> Directions for this task: In the records below, one line contains "#220=ORIENTED_EDGE('',*,*,#149,.T.);". Print that line and every line after it exactly, down to the final one.

> Source information:
^^^^

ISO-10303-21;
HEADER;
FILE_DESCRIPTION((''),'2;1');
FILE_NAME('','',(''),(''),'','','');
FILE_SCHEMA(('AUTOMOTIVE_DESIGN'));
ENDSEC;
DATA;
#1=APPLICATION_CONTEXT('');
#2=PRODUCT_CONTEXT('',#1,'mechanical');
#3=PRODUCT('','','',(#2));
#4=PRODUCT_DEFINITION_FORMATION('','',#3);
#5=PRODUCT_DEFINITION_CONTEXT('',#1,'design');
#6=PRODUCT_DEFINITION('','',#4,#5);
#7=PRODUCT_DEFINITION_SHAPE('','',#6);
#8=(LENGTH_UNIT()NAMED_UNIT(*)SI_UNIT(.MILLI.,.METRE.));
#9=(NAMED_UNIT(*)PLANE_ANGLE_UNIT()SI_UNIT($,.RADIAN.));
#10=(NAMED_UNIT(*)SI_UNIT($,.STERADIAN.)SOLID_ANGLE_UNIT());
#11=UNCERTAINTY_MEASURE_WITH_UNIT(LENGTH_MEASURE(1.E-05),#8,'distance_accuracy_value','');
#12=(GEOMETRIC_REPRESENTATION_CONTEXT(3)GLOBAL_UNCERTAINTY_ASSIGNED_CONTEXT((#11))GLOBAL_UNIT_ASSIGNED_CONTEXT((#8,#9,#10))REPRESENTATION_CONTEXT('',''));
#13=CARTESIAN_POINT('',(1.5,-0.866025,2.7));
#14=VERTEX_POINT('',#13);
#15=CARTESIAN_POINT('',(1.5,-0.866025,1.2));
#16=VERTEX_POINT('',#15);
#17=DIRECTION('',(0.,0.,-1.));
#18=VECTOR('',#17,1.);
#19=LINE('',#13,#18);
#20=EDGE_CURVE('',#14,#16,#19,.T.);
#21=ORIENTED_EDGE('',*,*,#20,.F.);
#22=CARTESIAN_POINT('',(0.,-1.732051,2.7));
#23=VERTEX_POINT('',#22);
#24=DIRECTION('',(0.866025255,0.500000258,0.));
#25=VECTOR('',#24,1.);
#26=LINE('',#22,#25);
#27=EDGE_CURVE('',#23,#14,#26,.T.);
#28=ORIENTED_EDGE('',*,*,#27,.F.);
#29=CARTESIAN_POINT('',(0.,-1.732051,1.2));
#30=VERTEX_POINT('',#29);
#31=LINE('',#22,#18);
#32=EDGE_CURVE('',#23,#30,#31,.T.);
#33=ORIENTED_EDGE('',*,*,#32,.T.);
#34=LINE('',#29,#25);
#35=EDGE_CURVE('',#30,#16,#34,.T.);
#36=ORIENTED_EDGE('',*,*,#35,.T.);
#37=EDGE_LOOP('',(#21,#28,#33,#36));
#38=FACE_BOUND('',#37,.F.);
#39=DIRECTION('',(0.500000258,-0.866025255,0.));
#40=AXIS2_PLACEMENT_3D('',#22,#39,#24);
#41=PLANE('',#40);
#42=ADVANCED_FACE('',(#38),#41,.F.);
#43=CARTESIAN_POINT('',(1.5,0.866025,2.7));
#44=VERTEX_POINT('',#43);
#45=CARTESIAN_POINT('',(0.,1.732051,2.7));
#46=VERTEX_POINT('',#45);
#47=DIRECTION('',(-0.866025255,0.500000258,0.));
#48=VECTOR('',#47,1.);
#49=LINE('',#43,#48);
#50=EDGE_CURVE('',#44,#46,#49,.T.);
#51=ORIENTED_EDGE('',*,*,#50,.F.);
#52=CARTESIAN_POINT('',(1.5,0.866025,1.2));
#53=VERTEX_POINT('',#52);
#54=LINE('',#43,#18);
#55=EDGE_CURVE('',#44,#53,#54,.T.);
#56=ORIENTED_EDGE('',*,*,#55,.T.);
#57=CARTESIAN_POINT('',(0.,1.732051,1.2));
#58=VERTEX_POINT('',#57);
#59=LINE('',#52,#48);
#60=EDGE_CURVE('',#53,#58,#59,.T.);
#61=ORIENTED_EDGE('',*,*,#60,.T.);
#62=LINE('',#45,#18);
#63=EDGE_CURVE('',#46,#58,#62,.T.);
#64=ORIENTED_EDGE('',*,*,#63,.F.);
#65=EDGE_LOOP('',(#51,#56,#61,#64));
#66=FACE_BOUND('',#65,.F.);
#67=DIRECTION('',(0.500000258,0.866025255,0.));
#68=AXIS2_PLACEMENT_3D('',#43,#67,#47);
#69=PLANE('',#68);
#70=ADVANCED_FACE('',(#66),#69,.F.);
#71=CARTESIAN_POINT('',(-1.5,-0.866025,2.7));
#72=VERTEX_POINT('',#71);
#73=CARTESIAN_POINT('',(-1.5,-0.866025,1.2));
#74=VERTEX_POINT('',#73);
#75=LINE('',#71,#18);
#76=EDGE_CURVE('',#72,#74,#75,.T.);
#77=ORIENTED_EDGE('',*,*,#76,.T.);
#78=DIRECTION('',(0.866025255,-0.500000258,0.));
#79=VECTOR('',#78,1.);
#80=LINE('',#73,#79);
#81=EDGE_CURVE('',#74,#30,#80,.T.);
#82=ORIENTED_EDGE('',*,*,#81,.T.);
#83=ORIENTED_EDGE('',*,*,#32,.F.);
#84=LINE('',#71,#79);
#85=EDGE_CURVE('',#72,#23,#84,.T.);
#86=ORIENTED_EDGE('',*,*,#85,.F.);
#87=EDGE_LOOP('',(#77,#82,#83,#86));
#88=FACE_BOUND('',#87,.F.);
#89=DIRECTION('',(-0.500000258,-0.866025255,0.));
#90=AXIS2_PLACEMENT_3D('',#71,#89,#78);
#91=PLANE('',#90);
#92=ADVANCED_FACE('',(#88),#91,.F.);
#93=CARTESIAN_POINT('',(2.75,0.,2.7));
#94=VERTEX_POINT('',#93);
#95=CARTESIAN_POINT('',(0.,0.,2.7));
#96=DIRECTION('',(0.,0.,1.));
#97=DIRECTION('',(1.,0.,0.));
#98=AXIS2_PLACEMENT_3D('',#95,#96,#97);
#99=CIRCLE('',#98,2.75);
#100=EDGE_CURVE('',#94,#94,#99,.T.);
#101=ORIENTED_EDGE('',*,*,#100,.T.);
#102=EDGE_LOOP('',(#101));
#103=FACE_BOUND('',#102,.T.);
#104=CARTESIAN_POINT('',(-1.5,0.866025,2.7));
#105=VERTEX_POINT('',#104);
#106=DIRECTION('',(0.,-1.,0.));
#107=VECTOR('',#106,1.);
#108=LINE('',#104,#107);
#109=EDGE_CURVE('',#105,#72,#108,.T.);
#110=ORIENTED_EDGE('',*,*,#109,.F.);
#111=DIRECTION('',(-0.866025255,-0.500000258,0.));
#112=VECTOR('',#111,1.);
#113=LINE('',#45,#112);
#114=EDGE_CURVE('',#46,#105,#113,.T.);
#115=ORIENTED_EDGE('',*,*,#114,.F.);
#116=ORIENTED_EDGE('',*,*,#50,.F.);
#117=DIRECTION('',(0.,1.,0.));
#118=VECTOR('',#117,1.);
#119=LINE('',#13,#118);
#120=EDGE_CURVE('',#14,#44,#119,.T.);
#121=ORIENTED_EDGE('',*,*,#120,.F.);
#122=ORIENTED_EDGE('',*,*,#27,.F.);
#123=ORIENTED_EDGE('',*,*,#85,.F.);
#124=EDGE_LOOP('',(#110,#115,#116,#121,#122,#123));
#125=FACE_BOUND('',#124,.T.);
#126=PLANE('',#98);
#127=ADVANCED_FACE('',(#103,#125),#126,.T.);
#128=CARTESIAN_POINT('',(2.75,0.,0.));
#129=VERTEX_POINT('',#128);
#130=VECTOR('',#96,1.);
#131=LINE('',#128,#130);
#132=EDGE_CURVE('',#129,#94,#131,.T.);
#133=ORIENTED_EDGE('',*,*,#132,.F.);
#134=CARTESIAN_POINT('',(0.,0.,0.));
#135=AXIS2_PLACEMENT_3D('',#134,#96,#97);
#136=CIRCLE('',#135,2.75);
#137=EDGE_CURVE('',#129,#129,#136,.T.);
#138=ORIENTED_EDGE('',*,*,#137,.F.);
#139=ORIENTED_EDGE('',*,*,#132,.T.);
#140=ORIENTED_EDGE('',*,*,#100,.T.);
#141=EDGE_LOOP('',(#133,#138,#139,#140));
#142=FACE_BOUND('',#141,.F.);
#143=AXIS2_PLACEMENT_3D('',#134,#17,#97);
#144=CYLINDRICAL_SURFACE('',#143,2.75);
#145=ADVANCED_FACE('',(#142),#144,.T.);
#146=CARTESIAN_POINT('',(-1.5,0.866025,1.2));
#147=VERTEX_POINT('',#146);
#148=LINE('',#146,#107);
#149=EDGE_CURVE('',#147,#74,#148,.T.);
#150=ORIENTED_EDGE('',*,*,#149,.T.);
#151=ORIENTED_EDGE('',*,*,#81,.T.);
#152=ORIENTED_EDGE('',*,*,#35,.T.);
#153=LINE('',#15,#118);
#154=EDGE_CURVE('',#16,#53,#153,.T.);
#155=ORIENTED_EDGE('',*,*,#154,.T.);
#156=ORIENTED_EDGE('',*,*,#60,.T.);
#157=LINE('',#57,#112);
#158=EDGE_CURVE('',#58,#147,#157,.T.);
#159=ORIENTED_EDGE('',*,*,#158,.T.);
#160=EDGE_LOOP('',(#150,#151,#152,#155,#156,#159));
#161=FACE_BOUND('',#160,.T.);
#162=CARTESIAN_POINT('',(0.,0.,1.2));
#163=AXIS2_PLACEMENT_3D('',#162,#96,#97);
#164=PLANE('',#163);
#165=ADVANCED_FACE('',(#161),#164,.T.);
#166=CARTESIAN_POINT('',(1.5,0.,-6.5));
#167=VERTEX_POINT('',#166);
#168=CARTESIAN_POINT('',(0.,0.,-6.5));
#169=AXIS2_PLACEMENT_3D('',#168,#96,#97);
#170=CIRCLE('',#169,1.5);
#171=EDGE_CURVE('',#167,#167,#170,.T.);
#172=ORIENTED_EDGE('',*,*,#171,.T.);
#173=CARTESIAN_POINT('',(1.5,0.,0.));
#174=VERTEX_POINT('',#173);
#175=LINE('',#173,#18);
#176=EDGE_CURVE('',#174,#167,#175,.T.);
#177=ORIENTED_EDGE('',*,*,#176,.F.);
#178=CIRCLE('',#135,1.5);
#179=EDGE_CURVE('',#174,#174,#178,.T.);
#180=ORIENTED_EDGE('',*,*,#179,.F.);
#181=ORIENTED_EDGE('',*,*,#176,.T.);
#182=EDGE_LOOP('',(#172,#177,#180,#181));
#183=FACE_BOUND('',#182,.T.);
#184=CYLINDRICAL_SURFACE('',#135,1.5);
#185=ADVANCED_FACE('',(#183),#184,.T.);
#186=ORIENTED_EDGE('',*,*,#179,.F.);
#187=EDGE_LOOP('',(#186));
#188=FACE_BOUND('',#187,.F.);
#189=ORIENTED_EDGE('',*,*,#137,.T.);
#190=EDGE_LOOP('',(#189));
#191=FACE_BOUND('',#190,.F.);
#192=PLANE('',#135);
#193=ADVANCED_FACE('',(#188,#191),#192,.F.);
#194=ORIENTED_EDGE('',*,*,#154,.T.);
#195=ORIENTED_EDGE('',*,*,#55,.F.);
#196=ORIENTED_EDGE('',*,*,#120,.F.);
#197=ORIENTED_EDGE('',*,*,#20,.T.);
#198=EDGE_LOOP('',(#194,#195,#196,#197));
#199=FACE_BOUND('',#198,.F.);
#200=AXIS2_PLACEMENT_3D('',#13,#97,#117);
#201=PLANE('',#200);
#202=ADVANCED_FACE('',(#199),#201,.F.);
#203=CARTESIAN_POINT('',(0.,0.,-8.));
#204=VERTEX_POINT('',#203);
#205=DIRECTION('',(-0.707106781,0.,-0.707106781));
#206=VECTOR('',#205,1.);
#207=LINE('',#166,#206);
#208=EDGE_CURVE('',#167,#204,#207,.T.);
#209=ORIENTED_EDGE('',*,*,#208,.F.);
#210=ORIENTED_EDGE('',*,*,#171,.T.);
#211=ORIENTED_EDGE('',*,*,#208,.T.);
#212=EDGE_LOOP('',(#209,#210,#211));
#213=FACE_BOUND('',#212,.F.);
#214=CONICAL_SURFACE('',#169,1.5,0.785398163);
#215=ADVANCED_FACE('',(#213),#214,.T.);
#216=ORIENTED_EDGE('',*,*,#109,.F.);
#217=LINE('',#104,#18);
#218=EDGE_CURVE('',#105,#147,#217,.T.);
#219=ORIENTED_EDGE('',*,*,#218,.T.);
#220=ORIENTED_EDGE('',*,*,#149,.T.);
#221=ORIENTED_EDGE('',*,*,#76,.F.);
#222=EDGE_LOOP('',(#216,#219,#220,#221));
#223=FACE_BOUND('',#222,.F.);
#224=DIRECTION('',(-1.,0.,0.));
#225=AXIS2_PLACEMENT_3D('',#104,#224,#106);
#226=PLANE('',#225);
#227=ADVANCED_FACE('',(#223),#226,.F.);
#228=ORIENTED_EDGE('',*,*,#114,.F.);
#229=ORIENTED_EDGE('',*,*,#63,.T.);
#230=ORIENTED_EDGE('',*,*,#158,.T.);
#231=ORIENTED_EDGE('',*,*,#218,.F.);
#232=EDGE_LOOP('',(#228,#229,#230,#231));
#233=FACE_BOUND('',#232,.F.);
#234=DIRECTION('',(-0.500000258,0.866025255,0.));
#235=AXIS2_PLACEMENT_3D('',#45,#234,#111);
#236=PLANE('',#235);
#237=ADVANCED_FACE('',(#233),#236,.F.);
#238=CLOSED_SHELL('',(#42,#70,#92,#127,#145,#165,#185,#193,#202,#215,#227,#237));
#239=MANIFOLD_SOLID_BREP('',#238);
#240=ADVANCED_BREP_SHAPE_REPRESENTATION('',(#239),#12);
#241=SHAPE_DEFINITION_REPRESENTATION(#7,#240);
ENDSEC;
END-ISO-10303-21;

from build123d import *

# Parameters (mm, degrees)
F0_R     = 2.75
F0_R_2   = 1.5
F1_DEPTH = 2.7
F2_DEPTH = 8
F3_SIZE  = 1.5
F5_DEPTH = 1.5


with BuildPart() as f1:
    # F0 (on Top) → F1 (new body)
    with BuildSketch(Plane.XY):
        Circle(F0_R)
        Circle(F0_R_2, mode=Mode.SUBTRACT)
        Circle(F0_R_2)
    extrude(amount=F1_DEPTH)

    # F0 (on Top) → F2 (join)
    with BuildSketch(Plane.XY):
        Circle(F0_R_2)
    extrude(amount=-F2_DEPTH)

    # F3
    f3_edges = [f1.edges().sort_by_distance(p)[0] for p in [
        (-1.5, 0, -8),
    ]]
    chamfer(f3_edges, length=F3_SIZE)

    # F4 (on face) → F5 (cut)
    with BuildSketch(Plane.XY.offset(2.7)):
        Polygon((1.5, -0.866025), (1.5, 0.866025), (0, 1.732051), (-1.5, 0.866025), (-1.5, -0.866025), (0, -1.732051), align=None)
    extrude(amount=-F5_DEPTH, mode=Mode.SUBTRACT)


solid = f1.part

^^^^

> Solution:
#220=ORIENTED_EDGE('',*,*,#149,.T.);
#221=ORIENTED_EDGE('',*,*,#76,.F.);
#222=EDGE_LOOP('',(#216,#219,#220,#221));
#223=FACE_BOUND('',#222,.F.);
#224=DIRECTION('',(-1.,0.,0.));
#225=AXIS2_PLACEMENT_3D('',#104,#224,#106);
#226=PLANE('',#225);
#227=ADVANCED_FACE('',(#223),#226,.F.);
#228=ORIENTED_EDGE('',*,*,#114,.F.);
#229=ORIENTED_EDGE('',*,*,#63,.T.);
#230=ORIENTED_EDGE('',*,*,#158,.T.);
#231=ORIENTED_EDGE('',*,*,#218,.F.);
#232=EDGE_LOOP('',(#228,#229,#230,#231));
#233=FACE_BOUND('',#232,.F.);
#234=DIRECTION('',(-0.500000258,0.866025255,0.));
#235=AXIS2_PLACEMENT_3D('',#45,#234,#111);
#236=PLANE('',#235);
#237=ADVANCED_FACE('',(#233),#236,.F.);
#238=CLOSED_SHELL('',(#42,#70,#92,#127,#145,#165,#185,#193,#202,#215,#227,#237));
#239=MANIFOLD_SOLID_BREP('',#238);
#240=ADVANCED_BREP_SHAPE_REPRESENTATION('',(#239),#12);
#241=SHAPE_DEFINITION_REPRESENTATION(#7,#240);
ENDSEC;
END-ISO-10303-21;

from build123d import *

# Parameters (mm, degrees)
F0_R     = 2.75
F0_R_2   = 1.5
F1_DEPTH = 2.7
F2_DEPTH = 8
F3_SIZE  = 1.5
F5_DEPTH = 1.5


with BuildPart() as f1:
    # F0 (on Top) → F1 (new body)
    with BuildSketch(Plane.XY):
        Circle(F0_R)
        Circle(F0_R_2, mode=Mode.SUBTRACT)
        Circle(F0_R_2)
    extrude(amount=F1_DEPTH)

    # F0 (on Top) → F2 (join)
    with BuildSketch(Plane.XY):
        Circle(F0_R_2)
    extrude(amount=-F2_DEPTH)

    # F3
    f3_edges = [f1.edges().sort_by_distance(p)[0] for p in [
        (-1.5, 0, -8),
    ]]
    chamfer(f3_edges, length=F3_SIZE)

    # F4 (on face) → F5 (cut)
    with BuildSketch(Plane.XY.offset(2.7)):
        Polygon((1.5, -0.866025), (1.5, 0.866025), (0, 1.732051), (-1.5, 0.866025), (-1.5, -0.866025), (0, -1.732051), align=None)
    extrude(amount=-F5_DEPTH, mode=Mode.SUBTRACT)


solid = f1.part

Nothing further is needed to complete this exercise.